Task to complete: Below are several records. Retype exactly those lines running from the one with "#37=VERTEX_POINT('',#36);" through the one with "#54=ADVANCED_FACE('',(#49),#53,.T.);", end lines included, and no others.
Segment Open
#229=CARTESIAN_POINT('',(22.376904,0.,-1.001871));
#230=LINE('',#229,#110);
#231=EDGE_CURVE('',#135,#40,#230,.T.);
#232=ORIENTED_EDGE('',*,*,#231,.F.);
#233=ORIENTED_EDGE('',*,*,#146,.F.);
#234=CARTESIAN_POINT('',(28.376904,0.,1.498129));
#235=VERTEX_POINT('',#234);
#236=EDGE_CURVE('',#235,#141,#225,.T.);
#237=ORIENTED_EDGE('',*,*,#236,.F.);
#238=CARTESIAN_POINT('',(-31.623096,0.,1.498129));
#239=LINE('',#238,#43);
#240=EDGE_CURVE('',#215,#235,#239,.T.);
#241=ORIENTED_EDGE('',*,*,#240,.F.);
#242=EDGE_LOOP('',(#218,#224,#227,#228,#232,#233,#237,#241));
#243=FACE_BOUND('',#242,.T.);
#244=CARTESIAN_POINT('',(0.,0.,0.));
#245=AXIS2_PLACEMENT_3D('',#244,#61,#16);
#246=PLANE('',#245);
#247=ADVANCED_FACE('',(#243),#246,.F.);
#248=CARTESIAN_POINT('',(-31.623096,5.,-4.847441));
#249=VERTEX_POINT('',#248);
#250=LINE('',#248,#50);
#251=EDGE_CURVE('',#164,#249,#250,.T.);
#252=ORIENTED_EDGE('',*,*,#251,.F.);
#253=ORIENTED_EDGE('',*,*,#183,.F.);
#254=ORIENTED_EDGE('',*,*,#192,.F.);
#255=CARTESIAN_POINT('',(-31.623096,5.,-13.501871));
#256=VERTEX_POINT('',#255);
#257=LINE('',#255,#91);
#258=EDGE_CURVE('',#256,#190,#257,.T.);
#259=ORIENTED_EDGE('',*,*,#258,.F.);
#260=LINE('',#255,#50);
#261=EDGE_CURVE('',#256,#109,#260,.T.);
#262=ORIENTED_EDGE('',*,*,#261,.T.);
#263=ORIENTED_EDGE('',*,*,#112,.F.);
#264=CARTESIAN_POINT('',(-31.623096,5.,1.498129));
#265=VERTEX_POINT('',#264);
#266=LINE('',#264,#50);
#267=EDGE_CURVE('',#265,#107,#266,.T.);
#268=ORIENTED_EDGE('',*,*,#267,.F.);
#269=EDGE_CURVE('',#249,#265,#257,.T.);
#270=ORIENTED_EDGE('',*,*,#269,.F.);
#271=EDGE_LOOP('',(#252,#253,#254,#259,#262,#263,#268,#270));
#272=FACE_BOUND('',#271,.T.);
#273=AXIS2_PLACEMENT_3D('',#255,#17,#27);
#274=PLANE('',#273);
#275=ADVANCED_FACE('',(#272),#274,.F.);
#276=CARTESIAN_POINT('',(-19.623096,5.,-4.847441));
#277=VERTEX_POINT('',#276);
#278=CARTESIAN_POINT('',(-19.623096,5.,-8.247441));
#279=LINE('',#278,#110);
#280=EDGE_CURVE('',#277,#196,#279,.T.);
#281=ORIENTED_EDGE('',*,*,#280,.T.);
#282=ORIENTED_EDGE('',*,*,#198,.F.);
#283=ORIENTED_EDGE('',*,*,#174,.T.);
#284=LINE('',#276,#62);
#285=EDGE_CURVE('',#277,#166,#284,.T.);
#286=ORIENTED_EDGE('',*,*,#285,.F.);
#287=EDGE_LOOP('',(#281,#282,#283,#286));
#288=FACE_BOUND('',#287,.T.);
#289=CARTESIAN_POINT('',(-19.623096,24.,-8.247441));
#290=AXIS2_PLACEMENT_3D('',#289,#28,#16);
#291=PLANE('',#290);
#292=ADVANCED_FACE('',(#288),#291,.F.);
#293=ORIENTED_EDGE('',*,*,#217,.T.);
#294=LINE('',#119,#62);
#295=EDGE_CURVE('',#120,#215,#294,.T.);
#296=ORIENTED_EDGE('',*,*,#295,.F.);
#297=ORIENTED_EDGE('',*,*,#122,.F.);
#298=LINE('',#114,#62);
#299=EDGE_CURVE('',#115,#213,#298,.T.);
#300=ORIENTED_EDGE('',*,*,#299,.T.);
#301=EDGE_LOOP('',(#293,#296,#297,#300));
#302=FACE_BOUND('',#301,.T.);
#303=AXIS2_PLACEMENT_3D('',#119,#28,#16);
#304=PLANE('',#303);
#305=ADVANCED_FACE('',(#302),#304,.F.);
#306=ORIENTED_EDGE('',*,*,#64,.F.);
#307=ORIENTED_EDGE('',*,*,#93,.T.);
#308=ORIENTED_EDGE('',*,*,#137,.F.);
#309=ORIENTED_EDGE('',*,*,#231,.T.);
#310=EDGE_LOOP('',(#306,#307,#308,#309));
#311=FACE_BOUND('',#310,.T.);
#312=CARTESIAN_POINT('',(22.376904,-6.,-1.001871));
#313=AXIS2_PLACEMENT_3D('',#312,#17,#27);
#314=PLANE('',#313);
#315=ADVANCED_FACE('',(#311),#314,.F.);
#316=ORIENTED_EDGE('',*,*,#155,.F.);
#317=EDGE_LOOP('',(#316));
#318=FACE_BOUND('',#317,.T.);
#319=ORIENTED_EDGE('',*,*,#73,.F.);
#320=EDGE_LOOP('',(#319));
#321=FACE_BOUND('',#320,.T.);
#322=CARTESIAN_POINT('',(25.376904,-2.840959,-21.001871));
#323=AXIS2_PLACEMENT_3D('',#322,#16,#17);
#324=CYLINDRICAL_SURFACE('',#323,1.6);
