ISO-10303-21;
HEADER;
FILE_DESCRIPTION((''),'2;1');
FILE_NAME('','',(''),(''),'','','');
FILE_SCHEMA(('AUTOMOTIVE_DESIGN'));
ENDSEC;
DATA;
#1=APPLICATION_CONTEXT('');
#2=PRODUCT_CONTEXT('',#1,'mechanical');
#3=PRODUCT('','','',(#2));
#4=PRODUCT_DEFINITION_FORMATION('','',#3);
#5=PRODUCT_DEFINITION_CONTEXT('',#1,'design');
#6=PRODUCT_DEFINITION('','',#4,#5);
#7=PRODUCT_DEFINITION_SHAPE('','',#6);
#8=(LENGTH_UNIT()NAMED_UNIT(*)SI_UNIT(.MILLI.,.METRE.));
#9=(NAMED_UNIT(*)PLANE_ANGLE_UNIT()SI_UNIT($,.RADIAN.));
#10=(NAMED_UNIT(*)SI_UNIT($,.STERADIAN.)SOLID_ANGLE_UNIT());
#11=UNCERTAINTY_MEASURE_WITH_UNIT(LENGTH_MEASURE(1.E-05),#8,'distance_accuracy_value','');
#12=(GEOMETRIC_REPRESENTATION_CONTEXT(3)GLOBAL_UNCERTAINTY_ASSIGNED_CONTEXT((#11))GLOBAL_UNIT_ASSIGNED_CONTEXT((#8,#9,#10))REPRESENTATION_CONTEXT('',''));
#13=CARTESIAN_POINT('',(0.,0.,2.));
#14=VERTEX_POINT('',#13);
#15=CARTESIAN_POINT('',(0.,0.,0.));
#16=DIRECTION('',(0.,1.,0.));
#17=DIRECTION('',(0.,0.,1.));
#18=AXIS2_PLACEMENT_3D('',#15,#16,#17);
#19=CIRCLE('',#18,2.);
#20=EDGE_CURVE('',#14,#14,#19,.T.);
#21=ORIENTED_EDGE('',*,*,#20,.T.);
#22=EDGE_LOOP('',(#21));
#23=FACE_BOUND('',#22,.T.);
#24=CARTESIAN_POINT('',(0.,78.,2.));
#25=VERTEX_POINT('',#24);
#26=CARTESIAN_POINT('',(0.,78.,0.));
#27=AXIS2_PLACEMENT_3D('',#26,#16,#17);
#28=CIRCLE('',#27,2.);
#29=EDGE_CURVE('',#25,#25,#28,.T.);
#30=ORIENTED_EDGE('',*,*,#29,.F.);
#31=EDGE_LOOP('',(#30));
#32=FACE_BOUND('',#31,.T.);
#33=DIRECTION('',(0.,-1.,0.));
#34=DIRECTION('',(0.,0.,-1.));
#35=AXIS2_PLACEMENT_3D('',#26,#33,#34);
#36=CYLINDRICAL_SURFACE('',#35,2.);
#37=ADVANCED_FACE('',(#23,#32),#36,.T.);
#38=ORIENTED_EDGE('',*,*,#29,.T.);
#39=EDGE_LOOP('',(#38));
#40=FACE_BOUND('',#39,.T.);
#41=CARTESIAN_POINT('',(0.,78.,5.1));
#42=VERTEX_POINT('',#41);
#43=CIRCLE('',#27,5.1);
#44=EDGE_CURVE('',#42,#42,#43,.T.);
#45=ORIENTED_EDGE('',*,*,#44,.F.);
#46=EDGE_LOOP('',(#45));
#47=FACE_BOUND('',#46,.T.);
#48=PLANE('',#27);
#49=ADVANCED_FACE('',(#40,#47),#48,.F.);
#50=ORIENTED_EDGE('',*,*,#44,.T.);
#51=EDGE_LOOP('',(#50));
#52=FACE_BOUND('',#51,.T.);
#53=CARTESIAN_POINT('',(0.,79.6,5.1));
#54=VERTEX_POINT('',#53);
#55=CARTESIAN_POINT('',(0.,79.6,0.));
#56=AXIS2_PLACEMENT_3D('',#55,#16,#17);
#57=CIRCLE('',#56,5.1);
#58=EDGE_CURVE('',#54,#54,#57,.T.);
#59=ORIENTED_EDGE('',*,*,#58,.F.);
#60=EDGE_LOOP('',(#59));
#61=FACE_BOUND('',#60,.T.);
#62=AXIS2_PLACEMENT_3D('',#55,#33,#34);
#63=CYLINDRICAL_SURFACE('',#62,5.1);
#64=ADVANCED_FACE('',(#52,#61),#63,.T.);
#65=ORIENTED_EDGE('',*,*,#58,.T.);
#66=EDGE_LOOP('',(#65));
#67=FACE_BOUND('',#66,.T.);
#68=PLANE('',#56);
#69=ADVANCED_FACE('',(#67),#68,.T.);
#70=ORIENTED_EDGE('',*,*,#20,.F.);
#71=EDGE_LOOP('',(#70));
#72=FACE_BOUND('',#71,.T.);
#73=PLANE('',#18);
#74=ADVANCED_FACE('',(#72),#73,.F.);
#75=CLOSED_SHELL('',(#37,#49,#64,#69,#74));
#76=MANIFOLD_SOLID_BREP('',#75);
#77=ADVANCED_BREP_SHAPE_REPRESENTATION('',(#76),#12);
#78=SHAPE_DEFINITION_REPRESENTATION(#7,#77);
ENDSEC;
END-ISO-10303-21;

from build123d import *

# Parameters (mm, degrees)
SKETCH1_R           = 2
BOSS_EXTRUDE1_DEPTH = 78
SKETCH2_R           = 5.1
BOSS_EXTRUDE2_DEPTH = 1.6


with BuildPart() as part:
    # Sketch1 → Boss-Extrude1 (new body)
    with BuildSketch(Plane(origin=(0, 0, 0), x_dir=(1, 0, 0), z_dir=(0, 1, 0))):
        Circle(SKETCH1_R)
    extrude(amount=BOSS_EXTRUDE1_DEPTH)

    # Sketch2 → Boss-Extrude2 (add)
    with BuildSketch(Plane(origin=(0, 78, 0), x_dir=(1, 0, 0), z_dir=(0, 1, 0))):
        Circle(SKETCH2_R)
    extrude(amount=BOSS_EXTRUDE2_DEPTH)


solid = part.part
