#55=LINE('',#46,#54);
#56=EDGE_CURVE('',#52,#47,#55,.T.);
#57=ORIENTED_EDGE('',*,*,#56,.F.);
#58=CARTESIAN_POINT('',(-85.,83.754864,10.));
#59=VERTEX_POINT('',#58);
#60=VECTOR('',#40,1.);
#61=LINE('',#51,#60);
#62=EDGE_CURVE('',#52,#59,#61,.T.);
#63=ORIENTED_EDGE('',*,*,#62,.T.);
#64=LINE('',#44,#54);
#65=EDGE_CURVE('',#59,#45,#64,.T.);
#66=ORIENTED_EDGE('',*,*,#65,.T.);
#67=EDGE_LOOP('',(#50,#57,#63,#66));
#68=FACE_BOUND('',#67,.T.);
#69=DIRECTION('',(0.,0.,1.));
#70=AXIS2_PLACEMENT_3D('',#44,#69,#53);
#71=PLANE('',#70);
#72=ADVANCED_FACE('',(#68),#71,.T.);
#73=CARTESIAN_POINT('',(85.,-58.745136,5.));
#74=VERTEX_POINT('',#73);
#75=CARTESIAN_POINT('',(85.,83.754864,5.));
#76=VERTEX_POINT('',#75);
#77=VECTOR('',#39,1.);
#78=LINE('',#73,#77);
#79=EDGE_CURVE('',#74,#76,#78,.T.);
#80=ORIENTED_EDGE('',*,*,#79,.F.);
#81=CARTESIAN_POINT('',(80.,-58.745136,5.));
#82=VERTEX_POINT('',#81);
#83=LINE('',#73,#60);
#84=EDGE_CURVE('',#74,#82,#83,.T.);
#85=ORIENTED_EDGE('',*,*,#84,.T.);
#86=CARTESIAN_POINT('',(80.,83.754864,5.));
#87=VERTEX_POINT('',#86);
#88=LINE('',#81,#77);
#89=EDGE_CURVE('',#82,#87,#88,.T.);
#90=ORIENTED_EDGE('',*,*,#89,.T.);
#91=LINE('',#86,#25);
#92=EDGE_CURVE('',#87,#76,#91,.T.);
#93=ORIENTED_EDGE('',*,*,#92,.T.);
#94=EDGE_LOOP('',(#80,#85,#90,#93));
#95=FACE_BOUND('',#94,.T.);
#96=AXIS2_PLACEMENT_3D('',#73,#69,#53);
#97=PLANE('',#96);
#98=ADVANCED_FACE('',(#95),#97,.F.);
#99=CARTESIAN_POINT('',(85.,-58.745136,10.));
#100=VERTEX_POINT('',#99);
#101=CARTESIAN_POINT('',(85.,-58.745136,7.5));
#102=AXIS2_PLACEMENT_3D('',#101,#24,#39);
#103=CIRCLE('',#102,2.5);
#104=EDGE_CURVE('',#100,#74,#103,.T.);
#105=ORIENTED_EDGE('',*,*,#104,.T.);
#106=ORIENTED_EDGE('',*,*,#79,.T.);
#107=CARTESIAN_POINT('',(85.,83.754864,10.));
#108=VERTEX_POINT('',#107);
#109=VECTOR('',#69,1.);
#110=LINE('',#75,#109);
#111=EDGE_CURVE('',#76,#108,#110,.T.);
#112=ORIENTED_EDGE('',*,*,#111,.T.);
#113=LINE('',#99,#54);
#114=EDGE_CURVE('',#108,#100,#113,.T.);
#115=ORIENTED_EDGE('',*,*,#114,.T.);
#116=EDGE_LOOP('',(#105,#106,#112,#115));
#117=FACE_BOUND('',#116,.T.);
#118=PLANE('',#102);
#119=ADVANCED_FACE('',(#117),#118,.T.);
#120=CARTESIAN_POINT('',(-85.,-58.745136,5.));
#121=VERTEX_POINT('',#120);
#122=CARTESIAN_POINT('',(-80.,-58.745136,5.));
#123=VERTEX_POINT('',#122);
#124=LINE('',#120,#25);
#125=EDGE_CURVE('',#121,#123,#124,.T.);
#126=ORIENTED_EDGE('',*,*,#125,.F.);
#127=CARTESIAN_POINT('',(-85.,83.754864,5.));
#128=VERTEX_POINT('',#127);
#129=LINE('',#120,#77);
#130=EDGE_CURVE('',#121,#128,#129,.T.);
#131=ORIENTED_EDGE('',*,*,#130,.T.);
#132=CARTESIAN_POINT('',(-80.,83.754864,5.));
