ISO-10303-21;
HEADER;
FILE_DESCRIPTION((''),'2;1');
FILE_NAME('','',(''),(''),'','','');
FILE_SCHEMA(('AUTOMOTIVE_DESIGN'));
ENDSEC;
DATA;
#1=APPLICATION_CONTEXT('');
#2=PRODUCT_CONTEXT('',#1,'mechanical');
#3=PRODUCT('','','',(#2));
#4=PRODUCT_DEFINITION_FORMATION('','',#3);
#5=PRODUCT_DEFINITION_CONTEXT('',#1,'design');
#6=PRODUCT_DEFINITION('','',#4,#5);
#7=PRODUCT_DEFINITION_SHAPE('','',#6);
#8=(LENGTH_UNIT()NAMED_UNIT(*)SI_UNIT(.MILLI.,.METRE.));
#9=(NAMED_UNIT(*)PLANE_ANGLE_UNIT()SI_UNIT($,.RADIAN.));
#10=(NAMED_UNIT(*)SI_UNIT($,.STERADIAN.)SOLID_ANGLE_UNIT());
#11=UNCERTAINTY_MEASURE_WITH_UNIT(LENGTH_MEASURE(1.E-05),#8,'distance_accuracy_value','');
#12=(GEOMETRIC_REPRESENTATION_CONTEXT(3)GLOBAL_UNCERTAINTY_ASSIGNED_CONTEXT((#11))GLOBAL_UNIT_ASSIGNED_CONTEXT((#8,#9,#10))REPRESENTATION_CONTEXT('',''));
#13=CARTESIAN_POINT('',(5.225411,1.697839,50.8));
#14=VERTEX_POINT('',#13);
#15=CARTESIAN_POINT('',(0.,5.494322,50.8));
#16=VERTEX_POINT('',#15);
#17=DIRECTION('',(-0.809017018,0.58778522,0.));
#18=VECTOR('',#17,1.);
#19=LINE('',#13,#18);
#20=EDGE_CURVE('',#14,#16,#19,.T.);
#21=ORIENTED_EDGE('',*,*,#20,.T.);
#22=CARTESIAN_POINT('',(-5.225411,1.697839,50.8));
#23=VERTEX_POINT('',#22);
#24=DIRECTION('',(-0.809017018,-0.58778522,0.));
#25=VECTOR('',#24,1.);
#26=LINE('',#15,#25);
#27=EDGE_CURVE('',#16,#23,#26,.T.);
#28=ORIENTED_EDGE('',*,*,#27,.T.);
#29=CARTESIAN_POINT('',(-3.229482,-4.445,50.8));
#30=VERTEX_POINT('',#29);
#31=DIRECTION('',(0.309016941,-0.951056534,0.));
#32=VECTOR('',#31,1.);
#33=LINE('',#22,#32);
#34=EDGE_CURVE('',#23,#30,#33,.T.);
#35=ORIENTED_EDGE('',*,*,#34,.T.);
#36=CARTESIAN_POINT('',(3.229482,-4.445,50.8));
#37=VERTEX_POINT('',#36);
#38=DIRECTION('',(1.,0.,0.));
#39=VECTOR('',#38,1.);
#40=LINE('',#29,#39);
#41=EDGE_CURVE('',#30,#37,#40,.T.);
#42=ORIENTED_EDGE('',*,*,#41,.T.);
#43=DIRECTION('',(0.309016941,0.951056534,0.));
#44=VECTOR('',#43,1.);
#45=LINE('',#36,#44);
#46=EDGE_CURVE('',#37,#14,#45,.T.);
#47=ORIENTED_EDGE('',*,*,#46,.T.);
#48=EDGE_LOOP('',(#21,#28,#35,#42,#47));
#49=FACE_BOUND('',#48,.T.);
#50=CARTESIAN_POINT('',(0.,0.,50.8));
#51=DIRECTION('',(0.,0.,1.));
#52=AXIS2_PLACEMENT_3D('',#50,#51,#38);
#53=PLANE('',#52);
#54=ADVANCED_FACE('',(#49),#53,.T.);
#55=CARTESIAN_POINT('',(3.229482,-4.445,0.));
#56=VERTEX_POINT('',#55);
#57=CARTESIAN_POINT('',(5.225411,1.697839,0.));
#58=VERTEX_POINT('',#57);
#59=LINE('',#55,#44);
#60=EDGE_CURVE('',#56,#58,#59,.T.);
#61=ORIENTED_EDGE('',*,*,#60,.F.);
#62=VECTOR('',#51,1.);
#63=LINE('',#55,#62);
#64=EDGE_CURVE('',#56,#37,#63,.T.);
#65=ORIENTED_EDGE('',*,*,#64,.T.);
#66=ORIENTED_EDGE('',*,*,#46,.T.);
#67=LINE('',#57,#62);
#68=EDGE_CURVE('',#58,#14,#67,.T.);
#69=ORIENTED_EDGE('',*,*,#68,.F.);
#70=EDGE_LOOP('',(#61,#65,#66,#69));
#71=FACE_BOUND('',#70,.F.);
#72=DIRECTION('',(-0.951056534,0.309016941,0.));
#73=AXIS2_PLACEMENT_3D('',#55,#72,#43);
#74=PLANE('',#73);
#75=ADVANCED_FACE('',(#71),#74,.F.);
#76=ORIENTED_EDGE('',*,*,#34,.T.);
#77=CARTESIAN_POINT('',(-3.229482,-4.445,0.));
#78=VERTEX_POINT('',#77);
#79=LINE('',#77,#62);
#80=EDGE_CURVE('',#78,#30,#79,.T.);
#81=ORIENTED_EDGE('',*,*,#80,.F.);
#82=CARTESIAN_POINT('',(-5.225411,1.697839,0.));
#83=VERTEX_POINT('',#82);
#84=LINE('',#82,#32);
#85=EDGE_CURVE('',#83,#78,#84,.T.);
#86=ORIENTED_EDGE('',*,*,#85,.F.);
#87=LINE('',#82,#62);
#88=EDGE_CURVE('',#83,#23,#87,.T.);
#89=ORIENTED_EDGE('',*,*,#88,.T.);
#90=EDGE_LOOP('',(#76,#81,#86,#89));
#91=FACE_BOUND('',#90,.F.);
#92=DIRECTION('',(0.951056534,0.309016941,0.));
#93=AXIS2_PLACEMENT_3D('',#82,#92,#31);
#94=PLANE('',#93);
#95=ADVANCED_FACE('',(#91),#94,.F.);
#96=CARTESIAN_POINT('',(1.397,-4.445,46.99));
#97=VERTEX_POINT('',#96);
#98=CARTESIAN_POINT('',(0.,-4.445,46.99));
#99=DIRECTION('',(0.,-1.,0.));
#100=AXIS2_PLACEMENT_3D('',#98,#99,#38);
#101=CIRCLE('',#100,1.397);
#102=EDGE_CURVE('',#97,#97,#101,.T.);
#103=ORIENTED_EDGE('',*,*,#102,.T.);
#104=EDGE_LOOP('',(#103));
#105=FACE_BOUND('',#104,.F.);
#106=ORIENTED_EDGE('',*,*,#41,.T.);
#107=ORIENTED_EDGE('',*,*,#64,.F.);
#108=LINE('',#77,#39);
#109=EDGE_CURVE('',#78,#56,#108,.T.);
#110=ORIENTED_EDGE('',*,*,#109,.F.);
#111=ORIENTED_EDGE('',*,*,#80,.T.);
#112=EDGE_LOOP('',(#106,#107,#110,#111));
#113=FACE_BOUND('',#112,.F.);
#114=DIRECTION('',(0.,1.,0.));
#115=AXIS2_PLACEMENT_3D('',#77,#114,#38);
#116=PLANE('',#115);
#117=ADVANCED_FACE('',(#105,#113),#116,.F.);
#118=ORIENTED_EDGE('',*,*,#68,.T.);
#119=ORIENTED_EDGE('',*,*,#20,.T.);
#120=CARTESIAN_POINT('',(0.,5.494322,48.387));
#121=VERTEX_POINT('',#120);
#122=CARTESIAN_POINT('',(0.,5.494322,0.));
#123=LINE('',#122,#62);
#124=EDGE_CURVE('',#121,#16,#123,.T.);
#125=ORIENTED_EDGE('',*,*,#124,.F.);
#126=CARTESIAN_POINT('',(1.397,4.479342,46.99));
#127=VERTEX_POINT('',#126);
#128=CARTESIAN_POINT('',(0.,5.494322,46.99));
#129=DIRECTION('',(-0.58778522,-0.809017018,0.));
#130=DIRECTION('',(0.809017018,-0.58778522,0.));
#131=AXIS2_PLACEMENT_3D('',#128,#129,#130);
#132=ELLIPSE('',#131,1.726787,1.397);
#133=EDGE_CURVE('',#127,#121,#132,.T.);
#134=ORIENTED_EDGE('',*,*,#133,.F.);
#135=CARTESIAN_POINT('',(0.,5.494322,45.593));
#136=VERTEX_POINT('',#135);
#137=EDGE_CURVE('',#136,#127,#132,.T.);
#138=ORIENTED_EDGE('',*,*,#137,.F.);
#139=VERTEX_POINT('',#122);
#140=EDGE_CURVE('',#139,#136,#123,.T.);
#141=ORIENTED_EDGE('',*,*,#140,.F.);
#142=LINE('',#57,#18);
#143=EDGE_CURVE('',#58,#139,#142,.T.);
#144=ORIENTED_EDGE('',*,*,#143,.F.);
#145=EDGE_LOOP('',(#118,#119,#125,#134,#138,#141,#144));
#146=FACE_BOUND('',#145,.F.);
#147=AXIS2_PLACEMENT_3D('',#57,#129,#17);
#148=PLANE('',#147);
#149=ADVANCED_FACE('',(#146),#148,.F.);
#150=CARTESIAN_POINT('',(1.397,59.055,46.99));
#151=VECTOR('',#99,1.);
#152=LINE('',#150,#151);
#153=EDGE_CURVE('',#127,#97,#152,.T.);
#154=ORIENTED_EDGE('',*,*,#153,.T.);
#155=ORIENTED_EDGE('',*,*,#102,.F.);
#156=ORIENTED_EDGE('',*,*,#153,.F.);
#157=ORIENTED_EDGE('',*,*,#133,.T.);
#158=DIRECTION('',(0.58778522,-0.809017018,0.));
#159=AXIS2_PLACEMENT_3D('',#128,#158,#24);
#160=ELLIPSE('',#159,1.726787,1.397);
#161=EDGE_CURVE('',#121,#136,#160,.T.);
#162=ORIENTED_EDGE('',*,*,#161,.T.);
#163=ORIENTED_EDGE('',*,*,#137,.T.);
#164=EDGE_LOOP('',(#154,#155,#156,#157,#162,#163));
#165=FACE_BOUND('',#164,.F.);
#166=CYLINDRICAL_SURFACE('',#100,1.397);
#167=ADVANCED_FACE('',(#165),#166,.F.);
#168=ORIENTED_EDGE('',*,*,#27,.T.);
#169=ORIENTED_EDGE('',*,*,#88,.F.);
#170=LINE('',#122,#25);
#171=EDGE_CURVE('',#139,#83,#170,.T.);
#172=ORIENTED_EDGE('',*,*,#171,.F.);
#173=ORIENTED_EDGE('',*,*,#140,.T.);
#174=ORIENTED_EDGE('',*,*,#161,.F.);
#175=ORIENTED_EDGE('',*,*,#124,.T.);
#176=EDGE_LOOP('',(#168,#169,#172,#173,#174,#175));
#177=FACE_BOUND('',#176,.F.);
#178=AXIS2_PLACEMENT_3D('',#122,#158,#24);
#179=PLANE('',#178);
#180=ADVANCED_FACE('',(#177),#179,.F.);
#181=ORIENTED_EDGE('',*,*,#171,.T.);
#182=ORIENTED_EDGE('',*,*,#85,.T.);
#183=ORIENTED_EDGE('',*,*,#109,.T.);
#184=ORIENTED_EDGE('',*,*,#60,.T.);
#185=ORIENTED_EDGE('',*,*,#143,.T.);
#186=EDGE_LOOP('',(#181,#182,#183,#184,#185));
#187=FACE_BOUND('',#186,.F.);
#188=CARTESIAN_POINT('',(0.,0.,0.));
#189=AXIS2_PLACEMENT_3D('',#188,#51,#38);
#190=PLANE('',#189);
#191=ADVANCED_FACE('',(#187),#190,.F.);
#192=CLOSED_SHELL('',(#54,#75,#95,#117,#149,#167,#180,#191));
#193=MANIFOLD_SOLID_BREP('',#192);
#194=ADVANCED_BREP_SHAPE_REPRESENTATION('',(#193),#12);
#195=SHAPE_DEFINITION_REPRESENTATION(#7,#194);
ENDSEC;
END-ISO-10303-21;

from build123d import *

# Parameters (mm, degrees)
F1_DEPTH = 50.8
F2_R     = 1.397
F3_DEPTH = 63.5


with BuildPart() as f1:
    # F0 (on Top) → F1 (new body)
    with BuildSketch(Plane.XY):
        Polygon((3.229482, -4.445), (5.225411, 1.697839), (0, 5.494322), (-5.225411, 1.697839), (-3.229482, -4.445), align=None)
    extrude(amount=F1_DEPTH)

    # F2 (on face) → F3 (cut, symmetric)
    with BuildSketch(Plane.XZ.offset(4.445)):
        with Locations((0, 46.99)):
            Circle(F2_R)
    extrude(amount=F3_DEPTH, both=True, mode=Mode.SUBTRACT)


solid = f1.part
Segment Closed
Exercise response:
#37=VERTEX_POINT('',#36);
#38=DIRECTION('',(1.,0.,0.));
#39=VECTOR('',#38,1.);
#40=LINE('',#29,#39);
#41=EDGE_CURVE('',#30,#37,#40,.T.);
#42=ORIENTED_EDGE('',*,*,#41,.T.);
#43=DIRECTION('',(0.309016941,0.951056534,0.));
#44=VECTOR('',#43,1.);
#45=LINE('',#36,#44);
#46=EDGE_CURVE('',#37,#14,#45,.T.);
#47=ORIENTED_EDGE('',*,*,#46,.T.);
#48=EDGE_LOOP('',(#21,#28,#35,#42,#47));
#49=FACE_BOUND('',#48,.T.);
#50=CARTESIAN_POINT('',(0.,0.,50.8));
#51=DIRECTION('',(0.,0.,1.));
#52=AXIS2_PLACEMENT_3D('',#50,#51,#38);
#53=PLANE('',#52);
#54=ADVANCED_FACE('',(#49),#53,.T.);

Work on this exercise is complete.